To date, the ability to discriminate a specific known face from an unknown face in newborn infants during the first hours of life has never been explored. Therefore, the present study aimed to investigate the electrophysiological correlates of face-identity recognition in newborn infants immediately after birth. The hypothesis was that in a sample of newborn infants, at the first hours of life, the presentation of a known face would elicit a lower N290 amplitude in the occipitotemporal montage compared with the presentation of novel faces.

2. Materials and Methods

2.1. Participants

The treatment protocol was approved by the Ethical Committee of the Fondazione Policlinico Universitario Agostino Gemelli IRCCS—Università Cattolica del Sacro Cuore, Rome, with the protocol number 8582/18 ID 1902. Infants were enrolled at the Neonatal Intensive Care Unit of Policlinico Universitario “A. Gemelli” IRCCS of Rome after obtaining signatures on written informed consent from guardians.
A total of 23 newborn infants were recruited. The inclusion criteria were birth with caesarean delivery (this criterion was selected in order to plan the timing of enrolling); 3 h < age < 24 h of life; 34 weeks < gestational age < 45 weeks; Apgar index at 1 min > 7 and at 5 min > 9; weight > 2.5 kg. The exclusion criteria were any medical problem of the newborn infants; obstetrical and neurological complications of the mother; and use of any drugs acting on the central or peripheral nervous system by the mother during the pregnancy.

2.2. Stimuli

The stimuli consisted of coloured digital images (336 × 365) depicting 51 different female faces (1 for the known face condition and 50 for the novel faces condition) selected from the FEI face database [46] and 1 black and white non-reversible chessboard (neutral image) (336 × 365).
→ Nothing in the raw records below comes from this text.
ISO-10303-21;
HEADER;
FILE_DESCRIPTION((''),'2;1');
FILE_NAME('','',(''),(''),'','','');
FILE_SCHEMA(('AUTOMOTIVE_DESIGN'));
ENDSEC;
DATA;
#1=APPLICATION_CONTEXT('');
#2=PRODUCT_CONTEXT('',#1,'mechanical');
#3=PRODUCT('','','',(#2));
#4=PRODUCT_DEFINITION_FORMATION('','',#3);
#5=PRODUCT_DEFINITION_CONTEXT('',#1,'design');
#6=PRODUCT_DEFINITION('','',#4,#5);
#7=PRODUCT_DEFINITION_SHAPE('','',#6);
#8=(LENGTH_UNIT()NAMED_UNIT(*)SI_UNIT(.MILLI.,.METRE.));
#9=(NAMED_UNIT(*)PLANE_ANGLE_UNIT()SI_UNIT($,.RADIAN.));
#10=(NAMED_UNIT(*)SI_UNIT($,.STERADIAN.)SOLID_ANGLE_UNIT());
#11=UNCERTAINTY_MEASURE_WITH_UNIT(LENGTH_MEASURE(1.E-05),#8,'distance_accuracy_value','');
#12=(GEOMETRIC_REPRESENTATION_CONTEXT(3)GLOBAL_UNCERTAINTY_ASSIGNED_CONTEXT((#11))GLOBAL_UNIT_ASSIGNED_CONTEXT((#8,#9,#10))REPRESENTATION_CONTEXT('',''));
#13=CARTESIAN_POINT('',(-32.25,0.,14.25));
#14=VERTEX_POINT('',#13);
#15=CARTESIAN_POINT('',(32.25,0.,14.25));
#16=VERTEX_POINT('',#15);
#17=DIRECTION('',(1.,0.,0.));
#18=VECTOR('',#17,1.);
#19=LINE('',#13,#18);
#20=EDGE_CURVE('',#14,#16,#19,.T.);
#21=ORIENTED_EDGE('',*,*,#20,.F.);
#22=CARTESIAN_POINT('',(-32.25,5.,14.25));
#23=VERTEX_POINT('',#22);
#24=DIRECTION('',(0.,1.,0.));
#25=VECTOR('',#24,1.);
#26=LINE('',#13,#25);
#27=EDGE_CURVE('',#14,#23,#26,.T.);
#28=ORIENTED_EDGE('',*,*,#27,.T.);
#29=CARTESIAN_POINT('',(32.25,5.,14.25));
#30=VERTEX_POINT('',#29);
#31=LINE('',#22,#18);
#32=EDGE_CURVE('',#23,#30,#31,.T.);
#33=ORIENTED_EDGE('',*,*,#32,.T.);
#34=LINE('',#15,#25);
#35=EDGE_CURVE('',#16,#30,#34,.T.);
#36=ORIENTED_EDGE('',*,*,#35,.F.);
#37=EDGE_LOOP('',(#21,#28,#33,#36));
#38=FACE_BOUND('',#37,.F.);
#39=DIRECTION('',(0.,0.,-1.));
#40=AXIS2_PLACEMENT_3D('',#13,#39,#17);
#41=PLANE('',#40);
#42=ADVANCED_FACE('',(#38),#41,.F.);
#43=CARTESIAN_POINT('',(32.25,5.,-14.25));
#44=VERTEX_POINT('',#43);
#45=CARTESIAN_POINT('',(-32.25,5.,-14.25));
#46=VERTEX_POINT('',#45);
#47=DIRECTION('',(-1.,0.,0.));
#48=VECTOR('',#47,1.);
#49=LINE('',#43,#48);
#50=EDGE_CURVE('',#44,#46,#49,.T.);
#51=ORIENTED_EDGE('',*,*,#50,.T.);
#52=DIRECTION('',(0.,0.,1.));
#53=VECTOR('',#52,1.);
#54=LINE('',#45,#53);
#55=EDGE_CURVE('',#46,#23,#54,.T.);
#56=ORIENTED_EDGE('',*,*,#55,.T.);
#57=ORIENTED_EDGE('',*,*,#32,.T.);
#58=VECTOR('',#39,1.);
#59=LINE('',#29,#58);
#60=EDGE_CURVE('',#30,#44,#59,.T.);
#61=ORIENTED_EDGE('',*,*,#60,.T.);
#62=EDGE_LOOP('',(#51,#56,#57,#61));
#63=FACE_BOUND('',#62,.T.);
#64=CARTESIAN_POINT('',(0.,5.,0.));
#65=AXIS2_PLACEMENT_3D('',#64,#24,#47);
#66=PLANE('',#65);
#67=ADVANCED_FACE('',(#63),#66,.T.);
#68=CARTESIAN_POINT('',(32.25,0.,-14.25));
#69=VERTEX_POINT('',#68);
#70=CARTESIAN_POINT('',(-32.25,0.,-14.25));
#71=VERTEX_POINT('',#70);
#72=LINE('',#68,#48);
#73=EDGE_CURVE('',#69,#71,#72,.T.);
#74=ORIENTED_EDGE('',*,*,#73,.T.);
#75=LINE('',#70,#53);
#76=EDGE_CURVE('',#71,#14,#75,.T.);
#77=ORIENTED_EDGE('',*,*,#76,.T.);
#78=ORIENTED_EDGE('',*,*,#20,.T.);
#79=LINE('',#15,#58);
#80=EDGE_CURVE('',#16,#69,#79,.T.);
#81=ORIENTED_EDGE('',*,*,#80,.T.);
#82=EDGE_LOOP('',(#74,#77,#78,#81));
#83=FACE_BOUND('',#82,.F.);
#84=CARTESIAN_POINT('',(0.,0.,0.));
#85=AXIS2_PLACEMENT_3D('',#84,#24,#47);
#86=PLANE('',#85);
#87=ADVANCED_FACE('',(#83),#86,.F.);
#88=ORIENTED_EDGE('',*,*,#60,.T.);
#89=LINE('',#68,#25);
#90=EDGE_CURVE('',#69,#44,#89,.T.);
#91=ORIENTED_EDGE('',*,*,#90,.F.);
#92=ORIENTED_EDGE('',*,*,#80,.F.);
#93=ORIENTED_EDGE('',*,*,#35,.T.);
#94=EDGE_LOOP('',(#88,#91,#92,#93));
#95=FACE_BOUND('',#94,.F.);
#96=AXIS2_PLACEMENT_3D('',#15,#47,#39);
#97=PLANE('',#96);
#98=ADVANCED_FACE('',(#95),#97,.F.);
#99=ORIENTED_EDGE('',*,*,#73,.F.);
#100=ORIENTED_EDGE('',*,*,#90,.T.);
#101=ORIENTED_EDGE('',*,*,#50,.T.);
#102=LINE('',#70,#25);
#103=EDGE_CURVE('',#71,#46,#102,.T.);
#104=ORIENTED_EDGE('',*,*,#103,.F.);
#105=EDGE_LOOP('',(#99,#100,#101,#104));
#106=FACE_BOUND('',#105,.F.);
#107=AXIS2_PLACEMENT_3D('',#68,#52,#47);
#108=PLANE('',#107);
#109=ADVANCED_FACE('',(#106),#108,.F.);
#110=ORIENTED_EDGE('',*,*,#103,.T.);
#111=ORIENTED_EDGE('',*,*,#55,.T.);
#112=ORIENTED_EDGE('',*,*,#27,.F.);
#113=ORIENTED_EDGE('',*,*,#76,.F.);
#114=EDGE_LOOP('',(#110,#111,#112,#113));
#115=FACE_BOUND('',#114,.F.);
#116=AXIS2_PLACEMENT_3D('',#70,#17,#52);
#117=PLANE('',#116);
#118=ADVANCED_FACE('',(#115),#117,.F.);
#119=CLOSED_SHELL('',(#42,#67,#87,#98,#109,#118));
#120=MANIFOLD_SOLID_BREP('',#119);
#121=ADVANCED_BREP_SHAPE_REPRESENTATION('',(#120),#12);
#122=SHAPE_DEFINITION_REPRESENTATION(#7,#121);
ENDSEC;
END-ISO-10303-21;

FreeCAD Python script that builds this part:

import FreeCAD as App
import Part
import Sketcher
from FreeCAD import Vector

doc = App.newDocument("Part")
body = doc.addObject("PartDesign::Body", "Body")

# Sketch on XZ plane
sketch1 = body.newObject("Sketcher::SketchObject", "Sketch")
sketch1.AttachmentSupport = (doc.getObject("XZ_Plane"), [""])
sketch1.MapMode = "FlatFace"
sketch1.addGeometry(Part.LineSegment(Vector(32, 14, 0), Vector(32, -14, 0)), False)
sketch1.addGeometry(Part.LineSegment(Vector(32, -14, 0), Vector(-32, -14, 0)), False)
sketch1.addGeometry(Part.LineSegment(Vector(-32, -14, 0), Vector(-32, 14, 0)), False)
sketch1.addGeometry(Part.LineSegment(Vector(-32, 14, 0), Vector(32, 14, 0)), False)
sketch1.addConstraint(Sketcher.Constraint("Coincident", 0, 2, 1, 1))
sketch1.addConstraint(Sketcher.Constraint("Coincident", 1, 2, 2, 1))
sketch1.addConstraint(Sketcher.Constraint("Coincident", 2, 2, 3, 1))
sketch1.addConstraint(Sketcher.Constraint("Coincident", 3, 2, 0, 1))
sketch1.addConstraint(Sketcher.Constraint("Vertical", 0))
sketch1.addConstraint(Sketcher.Constraint("Horizontal", 1))
sketch1.addConstraint(Sketcher.Constraint("Vertical", 2))
sketch1.addConstraint(Sketcher.Constraint("Horizontal", 3))
sketch1.addConstraint(Sketcher.Constraint("Symmetric", 0, 2, 2, 2, -1, 1))
sketch1.addConstraint(Sketcher.Constraint("DistanceX", 1, 2, 1, 1, 64.5))
sketch1.addConstraint(Sketcher.Constraint("DistanceY", 0, 2, 0, 1, 28.5))
pad1 = body.newObject("PartDesign::Pad", "Pad")
pad1.Profile = sketch1
pad1.Length = 5
pad1.Reversed = True

doc.recompute()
The known face and the chessboard stimuli were the same for all the newborn babies. The 50 different female faces were randomly presented one time each.

2.3. Procedure

During the hospitalization of the mother the evening before the planned caesarean birth, the researchers identified the future parents at the Neonatology Unit and asked them to sign the informed consent in order to enrol the newborn infant in the study. During the first three hours after the birth, the clinical examinations were performed by the neonatologist, and the medical staff were instructed, when possible, not to approach the newborn’s face within 20–30 cm before the experiment in order to minimize the experience with faces before the experimental test. Subsequently, the newborn infants, remaining in their cradle, were carried from the nursery to the neurophysiology laboratory by the clinicians. The experimental EEG task was performed in a soundproof room with a low and constant illumination (Figure 1). A 128-channel HydroCel Geodesic Sensor Net was placed on the head of the newborn, and then she/he was lying supine in a cradle (tilted forward at 15°) at a viewing distance of 25 cm from a monitor screen (27 cm, 75 Hz, 1024 × 768 resolution, and tilted forward 15°). A video camera was placed at the base of the cradle, below the monitor, to record the gaze of the newborns (Figure 1). Behind the newborn’s head, a mirror was placed, focused on the video camera placed below the monitor, in order to subsequently identify and exclude the trials in which the newborn infant was not looking at the monitor (Figure 1).
The stimuli were presented at the centre of the screen on a light grey background using E-Prime (v.2.0.8.90; Psychology Software Tools, Inc., Pittsburgh, PA, USA) (Figure 2). The visual task was composed of two blocks, the learning phase and the test phase. During the learning phase, the only trial presented started with a fixation cross presented for 3000 ms, followed by the woman’s face chosen for the known face condition, lasting 60,000 ms. After the learning phase, a pause with a subsequent 3000 ms fixation cross was presented. Afterwards, the test phase started, including a randomized presentation of the three conditions (known face, novel faces, and chessboard). Each trial of the test phase started with the presentation of a fixation cross for 800 ms, followed by the stimulus (known face vs. novel faces vs. chessboard) lasting 2000 ms, and then, the trial ended with an inter-stimulus interval (grey screen) of 400/600 ms. A total of 150 trials (50 known faces vs. 50 novel faces vs. 50 chessboards) were presented in a random order (Figure 2).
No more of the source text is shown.